— Recorded data —
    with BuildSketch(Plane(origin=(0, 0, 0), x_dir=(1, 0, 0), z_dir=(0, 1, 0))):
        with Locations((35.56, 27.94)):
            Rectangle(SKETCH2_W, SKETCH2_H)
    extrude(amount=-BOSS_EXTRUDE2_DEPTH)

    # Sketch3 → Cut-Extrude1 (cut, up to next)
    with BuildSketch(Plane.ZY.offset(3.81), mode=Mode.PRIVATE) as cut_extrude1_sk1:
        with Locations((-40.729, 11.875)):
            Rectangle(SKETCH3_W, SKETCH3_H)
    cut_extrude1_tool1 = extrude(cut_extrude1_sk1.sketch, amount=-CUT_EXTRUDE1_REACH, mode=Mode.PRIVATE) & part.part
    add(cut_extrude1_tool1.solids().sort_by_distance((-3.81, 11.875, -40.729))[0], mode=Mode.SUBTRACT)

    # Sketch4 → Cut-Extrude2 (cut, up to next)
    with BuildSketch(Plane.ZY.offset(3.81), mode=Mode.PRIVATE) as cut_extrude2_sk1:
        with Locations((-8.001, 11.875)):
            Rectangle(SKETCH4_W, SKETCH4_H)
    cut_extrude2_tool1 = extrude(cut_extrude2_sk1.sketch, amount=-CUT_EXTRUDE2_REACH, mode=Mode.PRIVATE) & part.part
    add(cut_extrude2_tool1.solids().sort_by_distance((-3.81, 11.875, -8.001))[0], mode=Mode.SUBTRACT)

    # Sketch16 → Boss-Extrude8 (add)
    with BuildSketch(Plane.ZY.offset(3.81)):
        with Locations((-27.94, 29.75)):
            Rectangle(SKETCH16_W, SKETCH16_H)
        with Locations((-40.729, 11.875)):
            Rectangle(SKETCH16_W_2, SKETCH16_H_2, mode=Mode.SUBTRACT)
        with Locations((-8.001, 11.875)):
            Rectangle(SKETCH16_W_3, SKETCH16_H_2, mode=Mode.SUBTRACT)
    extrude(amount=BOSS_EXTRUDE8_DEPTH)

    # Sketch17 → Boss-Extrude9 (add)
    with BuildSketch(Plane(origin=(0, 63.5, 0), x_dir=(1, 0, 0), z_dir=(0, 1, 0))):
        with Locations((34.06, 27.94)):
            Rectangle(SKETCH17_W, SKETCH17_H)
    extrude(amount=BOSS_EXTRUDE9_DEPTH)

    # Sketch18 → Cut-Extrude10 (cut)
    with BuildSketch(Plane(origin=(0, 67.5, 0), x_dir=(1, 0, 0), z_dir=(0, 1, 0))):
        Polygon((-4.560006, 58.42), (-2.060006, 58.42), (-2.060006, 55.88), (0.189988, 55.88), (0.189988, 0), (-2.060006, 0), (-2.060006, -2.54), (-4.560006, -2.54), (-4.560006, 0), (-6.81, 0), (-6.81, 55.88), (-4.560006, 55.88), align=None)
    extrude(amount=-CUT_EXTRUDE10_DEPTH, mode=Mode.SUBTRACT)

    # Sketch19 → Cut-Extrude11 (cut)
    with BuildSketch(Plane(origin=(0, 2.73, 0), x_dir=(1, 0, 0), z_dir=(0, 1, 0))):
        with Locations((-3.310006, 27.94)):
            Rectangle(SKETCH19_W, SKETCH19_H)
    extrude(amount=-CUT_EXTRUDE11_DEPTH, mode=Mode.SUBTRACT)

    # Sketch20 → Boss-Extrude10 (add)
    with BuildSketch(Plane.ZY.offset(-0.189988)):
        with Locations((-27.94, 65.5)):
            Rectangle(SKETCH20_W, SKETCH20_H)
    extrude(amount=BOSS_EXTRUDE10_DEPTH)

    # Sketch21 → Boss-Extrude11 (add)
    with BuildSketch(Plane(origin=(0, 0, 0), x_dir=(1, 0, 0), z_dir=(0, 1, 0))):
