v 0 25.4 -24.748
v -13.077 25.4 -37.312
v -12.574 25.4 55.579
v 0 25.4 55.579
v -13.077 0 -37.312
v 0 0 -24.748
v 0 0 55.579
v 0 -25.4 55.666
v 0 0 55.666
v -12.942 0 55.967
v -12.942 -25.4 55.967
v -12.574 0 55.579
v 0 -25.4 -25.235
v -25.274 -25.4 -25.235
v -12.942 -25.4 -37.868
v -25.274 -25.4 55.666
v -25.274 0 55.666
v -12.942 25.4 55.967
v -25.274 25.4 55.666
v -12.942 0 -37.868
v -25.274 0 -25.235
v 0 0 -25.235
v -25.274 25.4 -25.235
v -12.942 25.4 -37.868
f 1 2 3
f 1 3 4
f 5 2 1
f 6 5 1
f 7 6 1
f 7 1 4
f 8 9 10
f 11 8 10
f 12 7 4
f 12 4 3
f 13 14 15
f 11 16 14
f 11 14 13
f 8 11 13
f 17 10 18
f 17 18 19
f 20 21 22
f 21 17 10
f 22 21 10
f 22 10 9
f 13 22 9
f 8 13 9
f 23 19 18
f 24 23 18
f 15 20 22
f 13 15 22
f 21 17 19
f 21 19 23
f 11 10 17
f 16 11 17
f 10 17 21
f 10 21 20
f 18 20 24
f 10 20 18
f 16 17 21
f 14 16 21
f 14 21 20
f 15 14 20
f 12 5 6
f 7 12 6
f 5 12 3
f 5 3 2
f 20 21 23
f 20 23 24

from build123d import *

# Parameters (mm, degrees)
F1_DEPTH = 25.4
F3_DEPTH = 25.4


with BuildPart() as f1:
    # F0 (on Front) → F1 (new body)
    with BuildSketch(Plane.XZ):
        Polygon((-12.9417075639, 55.9666713831), (-25.2744760364, 55.6658692658), (-25.2744760364, -25.2348184586), (-12.9417075639, -37.8683881451), align=None)
        Polygon((0, 55.6658692658), (-12.9417075639, 55.9666713831), (-12.9417075639, -37.8683881451), (0, -25.2348184586), align=None)
    extrude(amount=F1_DEPTH)


with BuildPart() as f3:
    # F0 (on Front) → F3 (new body)
    with BuildSketch(Plane.XZ):
        Polygon((-12.9417075639, 55.9666713831), (-25.2744760364, 55.6658692658), (-25.2744760364, -25.2348184586), (-12.9417075639, -37.8683881451), align=None)
    extrude(amount=-F3_DEPTH)


with BuildPart() as f3b:
    # F2 (on Front) → F3, piece 2 (new body)
    with BuildSketch(Plane.XZ):
        Polygon((0, -24.7484948486), (0, 55.5793456733), (-12.573570013, 55.5793456733), (-13.0771576072, -37.3119761499), align=None)
    extrude(amount=-F3_DEPTH)


solid = Compound([f1.part, f3.part, f3b.part])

— Task item —
What you output must match the lines from the beginning of the material through the line with "# Sketch3 →" exactly, both ends included.

— Answer box —
    with BuildSketch(Plane(origin=(0, 0, 0), x_dir=(1, 0, 0), z_dir=(0, 1, 0))):
        with Locations((35.56, 27.94)):
            Rectangle(SKETCH2_W, SKETCH2_H)
    extrude(amount=-BOSS_EXTRUDE2_DEPTH)

    # Sketch3 → Cut-Extrude1 (cut, up to next)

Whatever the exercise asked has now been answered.